The wine fridges were a splurge that the Dickersons didn't think they'd be able to afford, but they lucked into a small windfall from an only-in-Nashville bet. The couple was at a hair salon last year getting ready for the CMA awards show, and fellow patrons (and pals) Kelli Haywood and Cassie Kelley, wives of Lady A's Dave Haywood and Charles Kelley respectively, mischievously dared Russell to wear one of Kailey's showy drop earrings on the red carpet that night — and each put up $1,000 for him to do it.
"Honey, you are doing this," Kailey recalls telling her husband. "That will buy me my wine fridges."
"I'm like, 'No problem,'" Russell adds, "and so I did it."
Kelli and Cassie happily made good on the bet, and the grateful Dickersons have since affixed a commemorative plaque to the prized appliances. "It says 'these wine fridges are dedicated to Lady A and their wives,'" Russell proudly says.

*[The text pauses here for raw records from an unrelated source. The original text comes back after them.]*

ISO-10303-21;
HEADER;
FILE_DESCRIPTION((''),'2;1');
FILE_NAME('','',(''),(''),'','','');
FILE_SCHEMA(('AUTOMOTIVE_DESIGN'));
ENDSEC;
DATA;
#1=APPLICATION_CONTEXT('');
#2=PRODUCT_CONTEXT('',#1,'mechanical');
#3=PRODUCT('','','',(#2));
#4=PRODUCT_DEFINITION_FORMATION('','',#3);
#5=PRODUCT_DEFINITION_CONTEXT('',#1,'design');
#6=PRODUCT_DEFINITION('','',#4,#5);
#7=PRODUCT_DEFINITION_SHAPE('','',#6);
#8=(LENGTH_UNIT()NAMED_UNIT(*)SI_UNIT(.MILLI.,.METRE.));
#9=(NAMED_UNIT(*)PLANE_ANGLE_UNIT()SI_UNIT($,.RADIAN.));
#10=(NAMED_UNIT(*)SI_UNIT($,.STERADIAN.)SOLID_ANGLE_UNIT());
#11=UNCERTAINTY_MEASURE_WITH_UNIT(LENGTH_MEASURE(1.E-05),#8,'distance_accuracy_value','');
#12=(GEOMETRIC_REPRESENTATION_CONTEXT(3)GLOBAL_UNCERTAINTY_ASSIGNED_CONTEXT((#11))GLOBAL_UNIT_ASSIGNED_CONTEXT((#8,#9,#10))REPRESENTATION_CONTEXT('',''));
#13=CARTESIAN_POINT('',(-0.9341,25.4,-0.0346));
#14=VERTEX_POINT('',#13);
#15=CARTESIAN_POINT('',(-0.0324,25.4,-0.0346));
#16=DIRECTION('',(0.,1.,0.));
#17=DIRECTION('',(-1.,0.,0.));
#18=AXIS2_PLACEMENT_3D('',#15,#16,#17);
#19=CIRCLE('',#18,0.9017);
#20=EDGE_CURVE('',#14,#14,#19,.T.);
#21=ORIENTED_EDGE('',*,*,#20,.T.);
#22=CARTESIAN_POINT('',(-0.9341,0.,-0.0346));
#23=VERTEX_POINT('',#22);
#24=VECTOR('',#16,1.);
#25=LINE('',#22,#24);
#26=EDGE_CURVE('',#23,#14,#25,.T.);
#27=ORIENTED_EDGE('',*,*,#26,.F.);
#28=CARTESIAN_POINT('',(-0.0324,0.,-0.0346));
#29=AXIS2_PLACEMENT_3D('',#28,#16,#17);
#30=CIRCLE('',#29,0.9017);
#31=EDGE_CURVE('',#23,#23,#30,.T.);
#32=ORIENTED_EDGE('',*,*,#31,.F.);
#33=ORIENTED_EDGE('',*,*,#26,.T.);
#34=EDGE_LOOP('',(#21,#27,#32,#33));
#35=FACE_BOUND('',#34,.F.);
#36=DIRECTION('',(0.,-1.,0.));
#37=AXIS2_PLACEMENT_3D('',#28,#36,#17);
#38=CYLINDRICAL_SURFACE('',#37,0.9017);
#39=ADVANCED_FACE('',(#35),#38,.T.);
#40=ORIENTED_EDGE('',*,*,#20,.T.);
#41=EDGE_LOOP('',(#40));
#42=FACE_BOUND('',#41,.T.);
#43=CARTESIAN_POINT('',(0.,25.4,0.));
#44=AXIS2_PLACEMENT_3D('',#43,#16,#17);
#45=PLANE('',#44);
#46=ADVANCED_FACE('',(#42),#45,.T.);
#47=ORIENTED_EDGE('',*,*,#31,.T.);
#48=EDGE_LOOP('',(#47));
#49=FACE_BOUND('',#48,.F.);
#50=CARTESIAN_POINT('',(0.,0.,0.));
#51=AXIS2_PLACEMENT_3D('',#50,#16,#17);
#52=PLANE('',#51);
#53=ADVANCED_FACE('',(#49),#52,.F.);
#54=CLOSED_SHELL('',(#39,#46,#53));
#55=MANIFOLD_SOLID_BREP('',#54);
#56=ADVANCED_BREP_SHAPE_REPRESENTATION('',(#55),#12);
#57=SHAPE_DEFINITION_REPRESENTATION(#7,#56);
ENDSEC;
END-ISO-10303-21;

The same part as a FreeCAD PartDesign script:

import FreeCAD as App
import Part
import Sketcher
Q = App.Units.Quantity

doc = App.newDocument("Part")
params = doc.addObject("Spreadsheet::Sheet", "Params")
for row, (alias, value) in enumerate([
    ("sketch1_diameter", "0.071 in"),
    ("pad1_length", "1 in"),
], start=1):
    params.set(f"A{row}", alias)
    params.set(f"B{row}", "=" + value)
    params.setAlias(f"B{row}", alias)

body = doc.addObject("PartDesign::Body", "Body")

# Sketch on XZ plane
sketch1 = body.newObject("Sketcher::SketchObject", "Sketch")
sketch1.AttachmentSupport = (doc.getObject("XZ_Plane"), [""])
sketch1.MapMode = "FlatFace"
sketch1.addGeometry(Part.Circle(App.Vector(0, 0, 0), App.Vector(0, 0, 1), 0.9), False)
sketch1.addConstraint([
    Sketcher.Constraint("Diameter", 0, Q("0.071 in")),
    Sketcher.Constraint("DistanceX", 0, 3, -1, 1, 0.0324),
    Sketcher.Constraint("DistanceY", 0, 3, -1, 1, 0.0346),
])
sketch1.setExpression("Constraints[0]", "Params.sketch1_diameter")
pad1 = body.newObject("PartDesign::Pad", "Pad")
pad1.Profile = sketch1
pad1.setExpression("Length", "Params.pad1_length")
pad1.Reversed = True

doc.recompute()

Thomas Rhett can be credited with another home accessory: an all-terrain vehicle to explore those five acres. It was a thank-you gift for Russell's opening-act support on Thomas Rhett's most recent tour.
"He called me one day," Kailey says, "and he's like, 'If I bought this for Russell, do you think he'd be excited about it?' And I was like, 'Are you kidding me? He will die.'"
"I grew up on ATVs," Russell explains, "and I just wanted to be able to rip around on our property. I'm in heaven on a four-wheeler."
Elsewhere in the home there's a workout room and music studio, where Russell spent endless hours working on his new album, Southern Symphony. Both are in the home's full walk-out basement that also features a home theater, pool table, bar and wine cellar. Russell calls the entertainment area the "bro-zone lair," but he's quick to say his wife has full visitation privileges. "I have five older brothers," Kailey says, "so I was always in the 'bro area' growing up."
Both Dickersons say the house continues to be a work-in-progress. "We want to do an outdoor patio with a fireplace and maybe even expand the house," Russell says. "We dream all the time."
But there are also times they have to remind themselves that they're not just dreaming. With what they call their "starving-artist days" still a fresh memory, Russell says he tells Kailey almost daily, "Can you believe this is our house?"
And yet, they say, they feel completely at home, especially now that they're sharing it with their new baby. The couple have already hosted immediate family members for Thanksgiving, and on Christmas Eve, there will be family carol singing around the baby grand piano that was handed down from Russell's grandmother.
"Those are the moments that we envisioned making when we bought this house," says Russell, "and I can't believe we're already making those memories."